:: DIRECTIONS FOR THIS TASK ::
Would you reproduce exactly the lines below from the one holding "f 133 2 135" through the one holding "f 112 125 126", inclusive, and no others?

Stored items
▬▬▬▬▬▬

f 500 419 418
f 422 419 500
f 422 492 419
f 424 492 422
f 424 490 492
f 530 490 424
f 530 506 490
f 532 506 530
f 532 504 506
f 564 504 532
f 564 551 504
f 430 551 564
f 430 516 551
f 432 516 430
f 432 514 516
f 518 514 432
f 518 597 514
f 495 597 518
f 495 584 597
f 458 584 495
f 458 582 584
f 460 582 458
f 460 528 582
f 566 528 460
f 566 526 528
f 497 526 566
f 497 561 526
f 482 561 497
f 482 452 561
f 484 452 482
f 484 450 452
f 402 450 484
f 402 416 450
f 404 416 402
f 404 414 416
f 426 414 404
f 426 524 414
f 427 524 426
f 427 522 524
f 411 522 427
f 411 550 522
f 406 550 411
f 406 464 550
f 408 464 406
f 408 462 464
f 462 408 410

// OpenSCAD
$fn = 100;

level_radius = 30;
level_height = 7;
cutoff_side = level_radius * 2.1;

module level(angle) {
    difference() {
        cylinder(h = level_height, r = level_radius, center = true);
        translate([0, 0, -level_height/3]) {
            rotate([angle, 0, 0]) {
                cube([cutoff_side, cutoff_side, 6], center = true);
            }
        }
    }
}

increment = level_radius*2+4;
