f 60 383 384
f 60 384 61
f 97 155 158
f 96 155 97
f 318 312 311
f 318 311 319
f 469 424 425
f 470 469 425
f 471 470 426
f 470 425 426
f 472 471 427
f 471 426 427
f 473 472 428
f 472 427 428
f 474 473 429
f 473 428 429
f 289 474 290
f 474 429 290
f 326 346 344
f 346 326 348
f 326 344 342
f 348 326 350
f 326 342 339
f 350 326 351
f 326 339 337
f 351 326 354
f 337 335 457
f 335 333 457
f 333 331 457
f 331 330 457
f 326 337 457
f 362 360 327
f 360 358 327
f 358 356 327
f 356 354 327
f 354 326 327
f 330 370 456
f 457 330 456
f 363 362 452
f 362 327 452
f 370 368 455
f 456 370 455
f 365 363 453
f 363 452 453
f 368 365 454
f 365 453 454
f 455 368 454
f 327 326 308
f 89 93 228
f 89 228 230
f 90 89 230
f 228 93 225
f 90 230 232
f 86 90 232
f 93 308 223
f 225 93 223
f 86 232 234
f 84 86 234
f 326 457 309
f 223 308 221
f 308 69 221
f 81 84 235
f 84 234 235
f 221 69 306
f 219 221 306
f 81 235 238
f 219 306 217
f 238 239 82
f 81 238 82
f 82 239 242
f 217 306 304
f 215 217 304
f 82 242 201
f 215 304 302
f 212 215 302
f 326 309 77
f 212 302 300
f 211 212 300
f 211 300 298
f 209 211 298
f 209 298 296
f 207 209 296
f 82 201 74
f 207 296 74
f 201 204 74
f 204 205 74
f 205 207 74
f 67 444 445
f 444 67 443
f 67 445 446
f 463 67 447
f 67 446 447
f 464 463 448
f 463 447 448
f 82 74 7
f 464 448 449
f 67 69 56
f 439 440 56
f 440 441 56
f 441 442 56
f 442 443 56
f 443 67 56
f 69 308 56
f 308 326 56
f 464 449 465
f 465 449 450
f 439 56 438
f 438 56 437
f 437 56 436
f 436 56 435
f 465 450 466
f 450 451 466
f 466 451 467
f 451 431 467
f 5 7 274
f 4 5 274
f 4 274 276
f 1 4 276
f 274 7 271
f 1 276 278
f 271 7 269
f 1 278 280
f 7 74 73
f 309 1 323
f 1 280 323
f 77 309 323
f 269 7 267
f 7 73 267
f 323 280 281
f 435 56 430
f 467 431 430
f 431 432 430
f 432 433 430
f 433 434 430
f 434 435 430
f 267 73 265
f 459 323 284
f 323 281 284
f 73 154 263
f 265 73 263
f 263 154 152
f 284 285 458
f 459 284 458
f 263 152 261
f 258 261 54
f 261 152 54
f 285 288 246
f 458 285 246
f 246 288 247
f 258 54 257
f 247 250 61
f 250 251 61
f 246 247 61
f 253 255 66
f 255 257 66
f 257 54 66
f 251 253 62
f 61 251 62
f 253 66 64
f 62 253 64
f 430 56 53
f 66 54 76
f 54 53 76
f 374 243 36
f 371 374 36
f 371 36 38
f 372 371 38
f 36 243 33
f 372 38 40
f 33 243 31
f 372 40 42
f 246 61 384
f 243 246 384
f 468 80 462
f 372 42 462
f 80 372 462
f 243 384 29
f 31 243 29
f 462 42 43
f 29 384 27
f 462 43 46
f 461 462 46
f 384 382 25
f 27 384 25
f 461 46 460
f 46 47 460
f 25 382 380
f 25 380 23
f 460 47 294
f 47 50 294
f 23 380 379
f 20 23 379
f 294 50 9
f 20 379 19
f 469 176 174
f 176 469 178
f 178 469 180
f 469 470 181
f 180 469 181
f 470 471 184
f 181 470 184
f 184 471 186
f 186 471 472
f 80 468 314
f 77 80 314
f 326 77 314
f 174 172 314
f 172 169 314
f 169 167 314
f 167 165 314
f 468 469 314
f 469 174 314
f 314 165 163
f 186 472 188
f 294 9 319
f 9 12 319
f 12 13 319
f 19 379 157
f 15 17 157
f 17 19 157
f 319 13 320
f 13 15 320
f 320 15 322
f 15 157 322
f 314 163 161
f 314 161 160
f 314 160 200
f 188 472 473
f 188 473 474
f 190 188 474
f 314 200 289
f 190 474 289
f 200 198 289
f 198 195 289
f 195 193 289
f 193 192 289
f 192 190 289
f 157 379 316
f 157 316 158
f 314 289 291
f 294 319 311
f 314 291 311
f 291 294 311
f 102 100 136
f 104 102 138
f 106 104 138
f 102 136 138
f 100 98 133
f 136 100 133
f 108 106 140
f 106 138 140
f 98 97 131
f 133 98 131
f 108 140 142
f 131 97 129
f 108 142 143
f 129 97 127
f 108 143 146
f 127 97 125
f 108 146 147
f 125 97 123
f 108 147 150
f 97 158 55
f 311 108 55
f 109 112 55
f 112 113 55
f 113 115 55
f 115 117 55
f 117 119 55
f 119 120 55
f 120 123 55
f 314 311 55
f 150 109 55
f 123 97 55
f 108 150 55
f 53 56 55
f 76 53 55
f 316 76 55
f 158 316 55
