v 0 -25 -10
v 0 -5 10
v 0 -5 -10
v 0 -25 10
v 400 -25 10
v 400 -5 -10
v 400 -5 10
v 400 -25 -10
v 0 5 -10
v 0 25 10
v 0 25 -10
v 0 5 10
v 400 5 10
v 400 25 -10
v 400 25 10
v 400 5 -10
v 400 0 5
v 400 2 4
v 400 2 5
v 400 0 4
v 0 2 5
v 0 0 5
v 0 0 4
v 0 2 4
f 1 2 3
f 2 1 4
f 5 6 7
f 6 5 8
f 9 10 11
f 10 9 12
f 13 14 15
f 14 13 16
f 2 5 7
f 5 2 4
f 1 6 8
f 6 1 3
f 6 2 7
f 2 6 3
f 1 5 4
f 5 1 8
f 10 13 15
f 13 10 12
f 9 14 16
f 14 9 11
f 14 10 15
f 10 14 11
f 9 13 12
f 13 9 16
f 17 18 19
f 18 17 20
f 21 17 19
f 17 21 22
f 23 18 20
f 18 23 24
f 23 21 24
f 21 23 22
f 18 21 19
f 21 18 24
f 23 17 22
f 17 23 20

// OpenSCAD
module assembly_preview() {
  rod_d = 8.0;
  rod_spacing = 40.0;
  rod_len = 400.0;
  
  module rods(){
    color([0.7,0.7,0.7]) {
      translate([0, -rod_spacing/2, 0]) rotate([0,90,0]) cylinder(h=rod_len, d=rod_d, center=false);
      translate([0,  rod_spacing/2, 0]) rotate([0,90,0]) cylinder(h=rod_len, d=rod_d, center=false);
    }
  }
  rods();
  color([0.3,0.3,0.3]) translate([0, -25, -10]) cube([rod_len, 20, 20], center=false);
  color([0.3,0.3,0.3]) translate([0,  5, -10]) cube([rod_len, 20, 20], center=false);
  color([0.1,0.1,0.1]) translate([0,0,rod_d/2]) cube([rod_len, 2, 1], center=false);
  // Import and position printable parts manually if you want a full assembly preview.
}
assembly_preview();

▬▬▬▬▬▬

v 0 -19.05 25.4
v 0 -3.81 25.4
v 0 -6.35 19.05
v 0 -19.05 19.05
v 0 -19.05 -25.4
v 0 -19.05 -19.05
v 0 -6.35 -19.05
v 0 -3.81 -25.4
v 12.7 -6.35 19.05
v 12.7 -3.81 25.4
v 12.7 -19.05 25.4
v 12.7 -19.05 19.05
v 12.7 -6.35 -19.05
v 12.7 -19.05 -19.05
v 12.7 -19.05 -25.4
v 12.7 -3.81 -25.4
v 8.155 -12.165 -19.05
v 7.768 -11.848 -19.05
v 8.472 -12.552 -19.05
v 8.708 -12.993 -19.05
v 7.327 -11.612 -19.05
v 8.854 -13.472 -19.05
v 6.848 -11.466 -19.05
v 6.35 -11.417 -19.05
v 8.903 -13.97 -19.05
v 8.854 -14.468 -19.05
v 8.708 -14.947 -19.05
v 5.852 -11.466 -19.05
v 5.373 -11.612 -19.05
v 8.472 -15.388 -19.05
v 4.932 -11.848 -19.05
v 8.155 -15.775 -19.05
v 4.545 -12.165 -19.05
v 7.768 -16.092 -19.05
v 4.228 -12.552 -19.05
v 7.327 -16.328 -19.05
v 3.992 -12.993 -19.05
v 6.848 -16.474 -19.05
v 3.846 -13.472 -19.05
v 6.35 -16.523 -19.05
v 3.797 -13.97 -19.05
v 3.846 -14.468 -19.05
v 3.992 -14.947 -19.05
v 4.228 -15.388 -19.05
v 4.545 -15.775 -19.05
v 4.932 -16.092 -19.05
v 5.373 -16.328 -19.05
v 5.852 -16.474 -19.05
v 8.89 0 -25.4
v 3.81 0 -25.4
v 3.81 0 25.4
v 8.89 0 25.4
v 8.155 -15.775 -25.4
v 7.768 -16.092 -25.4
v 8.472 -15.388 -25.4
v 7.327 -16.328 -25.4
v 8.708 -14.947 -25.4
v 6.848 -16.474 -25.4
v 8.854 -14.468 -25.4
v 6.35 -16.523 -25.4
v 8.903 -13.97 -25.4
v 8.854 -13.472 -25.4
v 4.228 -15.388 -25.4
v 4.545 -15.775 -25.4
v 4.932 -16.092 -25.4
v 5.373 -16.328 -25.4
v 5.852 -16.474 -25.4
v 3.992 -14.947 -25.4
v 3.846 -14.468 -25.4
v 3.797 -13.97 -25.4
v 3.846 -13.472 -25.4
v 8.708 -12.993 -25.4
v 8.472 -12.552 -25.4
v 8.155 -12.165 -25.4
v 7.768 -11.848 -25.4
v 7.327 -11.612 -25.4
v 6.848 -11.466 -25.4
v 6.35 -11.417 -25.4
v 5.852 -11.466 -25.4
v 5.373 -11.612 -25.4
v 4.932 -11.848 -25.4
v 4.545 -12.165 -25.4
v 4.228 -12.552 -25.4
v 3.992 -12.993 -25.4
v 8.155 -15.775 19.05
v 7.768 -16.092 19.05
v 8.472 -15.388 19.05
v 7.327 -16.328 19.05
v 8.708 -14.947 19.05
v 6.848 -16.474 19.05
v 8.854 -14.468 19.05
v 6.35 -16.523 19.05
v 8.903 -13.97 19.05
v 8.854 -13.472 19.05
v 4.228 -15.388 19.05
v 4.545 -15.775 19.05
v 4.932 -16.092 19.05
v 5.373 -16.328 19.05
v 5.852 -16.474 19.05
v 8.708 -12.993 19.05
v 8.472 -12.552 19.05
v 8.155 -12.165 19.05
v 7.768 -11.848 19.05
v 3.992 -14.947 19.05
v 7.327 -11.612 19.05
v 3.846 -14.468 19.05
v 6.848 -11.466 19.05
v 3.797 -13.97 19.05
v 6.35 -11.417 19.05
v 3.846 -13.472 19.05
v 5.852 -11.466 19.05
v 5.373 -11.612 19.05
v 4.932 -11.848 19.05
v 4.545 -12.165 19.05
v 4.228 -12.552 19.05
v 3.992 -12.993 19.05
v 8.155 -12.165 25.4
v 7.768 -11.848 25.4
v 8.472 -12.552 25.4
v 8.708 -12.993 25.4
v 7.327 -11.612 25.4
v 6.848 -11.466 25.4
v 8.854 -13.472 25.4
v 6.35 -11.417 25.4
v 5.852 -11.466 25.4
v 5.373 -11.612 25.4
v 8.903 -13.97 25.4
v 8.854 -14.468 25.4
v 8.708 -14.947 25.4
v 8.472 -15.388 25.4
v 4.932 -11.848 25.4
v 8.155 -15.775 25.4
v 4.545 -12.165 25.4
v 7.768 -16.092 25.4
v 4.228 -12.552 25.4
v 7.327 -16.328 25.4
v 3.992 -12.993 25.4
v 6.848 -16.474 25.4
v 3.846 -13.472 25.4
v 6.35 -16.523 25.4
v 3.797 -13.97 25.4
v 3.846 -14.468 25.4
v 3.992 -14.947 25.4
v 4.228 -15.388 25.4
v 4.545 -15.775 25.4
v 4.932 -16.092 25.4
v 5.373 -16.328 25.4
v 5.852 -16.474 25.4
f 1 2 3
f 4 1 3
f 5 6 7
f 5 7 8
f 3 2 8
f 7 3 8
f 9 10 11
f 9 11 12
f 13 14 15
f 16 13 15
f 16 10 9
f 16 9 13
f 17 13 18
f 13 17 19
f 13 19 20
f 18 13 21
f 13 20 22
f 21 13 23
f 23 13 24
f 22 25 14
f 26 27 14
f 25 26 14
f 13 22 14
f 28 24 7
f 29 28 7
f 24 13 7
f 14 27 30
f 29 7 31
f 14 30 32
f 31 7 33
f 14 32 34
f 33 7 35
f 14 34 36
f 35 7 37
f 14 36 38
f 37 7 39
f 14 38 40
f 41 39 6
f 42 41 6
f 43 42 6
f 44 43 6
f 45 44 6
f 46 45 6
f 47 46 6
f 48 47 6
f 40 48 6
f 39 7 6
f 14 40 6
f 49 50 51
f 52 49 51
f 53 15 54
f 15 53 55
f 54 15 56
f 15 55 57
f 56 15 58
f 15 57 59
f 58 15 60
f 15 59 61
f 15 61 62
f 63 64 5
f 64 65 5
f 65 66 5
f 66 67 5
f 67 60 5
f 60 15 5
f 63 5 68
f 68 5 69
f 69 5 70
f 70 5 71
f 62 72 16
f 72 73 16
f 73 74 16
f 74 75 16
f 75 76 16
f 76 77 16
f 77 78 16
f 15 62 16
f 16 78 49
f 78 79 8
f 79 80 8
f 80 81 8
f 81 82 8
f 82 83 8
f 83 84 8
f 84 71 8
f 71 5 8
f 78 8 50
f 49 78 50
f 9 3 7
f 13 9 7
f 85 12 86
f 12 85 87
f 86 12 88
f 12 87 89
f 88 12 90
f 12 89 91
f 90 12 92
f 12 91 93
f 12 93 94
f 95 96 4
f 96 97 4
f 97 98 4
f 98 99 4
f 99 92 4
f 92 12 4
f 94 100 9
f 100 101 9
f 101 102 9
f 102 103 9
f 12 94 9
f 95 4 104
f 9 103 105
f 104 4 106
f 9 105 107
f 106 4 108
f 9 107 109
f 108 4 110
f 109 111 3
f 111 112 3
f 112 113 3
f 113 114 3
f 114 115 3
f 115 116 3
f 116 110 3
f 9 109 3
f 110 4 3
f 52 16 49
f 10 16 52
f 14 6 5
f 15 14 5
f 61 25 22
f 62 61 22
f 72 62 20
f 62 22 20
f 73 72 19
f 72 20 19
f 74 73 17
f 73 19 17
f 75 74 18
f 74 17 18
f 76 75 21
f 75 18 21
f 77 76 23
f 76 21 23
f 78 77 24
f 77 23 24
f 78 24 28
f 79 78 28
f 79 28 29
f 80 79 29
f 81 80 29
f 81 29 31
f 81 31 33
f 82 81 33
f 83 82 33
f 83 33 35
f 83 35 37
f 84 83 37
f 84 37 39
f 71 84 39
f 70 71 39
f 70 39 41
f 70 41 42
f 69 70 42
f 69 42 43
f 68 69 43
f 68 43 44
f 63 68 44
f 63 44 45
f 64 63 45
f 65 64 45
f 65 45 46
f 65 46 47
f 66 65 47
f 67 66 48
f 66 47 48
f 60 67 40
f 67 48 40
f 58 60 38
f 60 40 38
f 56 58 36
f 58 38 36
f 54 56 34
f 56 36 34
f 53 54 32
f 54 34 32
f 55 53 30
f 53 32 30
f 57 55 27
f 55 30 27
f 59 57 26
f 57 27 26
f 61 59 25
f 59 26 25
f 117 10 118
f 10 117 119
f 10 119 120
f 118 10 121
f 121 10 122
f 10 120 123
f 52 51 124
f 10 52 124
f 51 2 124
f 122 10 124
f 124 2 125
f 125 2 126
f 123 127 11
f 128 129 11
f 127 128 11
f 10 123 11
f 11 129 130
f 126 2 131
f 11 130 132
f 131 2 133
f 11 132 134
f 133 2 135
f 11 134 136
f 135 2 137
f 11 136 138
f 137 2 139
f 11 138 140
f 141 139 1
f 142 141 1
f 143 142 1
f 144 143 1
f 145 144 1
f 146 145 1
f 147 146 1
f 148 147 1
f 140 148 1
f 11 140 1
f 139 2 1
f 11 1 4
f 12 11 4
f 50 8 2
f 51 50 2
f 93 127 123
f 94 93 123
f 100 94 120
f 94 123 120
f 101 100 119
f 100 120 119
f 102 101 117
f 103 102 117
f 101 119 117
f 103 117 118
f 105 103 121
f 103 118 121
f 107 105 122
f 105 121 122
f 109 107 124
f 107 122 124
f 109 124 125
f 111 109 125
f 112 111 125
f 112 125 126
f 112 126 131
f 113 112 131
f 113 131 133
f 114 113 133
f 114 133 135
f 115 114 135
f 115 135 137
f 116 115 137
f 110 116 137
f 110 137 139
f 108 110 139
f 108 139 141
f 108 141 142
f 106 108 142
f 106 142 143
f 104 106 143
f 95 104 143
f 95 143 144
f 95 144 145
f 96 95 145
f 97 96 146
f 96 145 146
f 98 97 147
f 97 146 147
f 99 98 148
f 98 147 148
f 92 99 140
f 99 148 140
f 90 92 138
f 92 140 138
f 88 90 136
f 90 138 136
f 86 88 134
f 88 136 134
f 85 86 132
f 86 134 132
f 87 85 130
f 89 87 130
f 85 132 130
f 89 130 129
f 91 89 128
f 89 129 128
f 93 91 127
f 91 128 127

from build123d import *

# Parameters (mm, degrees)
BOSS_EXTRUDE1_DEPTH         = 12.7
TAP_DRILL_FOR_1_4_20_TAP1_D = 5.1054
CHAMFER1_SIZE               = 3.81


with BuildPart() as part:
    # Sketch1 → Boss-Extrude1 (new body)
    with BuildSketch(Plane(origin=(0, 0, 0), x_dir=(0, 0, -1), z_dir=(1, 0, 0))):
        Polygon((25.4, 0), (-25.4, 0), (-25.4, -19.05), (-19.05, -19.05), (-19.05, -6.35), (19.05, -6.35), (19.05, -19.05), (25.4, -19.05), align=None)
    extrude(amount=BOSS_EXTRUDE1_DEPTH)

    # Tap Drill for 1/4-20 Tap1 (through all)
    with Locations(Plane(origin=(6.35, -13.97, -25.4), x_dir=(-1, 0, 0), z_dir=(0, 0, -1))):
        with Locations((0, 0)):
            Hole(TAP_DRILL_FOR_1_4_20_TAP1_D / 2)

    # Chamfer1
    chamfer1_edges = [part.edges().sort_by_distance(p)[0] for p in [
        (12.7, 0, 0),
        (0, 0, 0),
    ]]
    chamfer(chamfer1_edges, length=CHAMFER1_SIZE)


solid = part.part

▬▬▬▬▬▬

:: ANSWER BELOW ::
f 133 2 135
f 11 134 136
f 135 2 137
f 11 136 138
f 137 2 139
f 11 138 140
f 141 139 1
f 142 141 1
f 143 142 1
f 144 143 1
f 145 144 1
f 146 145 1
f 147 146 1
f 148 147 1
f 140 148 1
f 11 140 1
f 139 2 1
f 11 1 4
f 12 11 4
f 50 8 2
f 51 50 2
f 93 127 123
f 94 93 123
f 100 94 120
f 94 123 120
f 101 100 119
f 100 120 119
f 102 101 117
f 103 102 117
f 101 119 117
f 103 117 118
f 105 103 121
f 103 118 121
f 107 105 122
f 105 121 122
f 109 107 124
f 107 122 124
f 109 124 125
f 111 109 125
f 112 111 125
f 112 125 126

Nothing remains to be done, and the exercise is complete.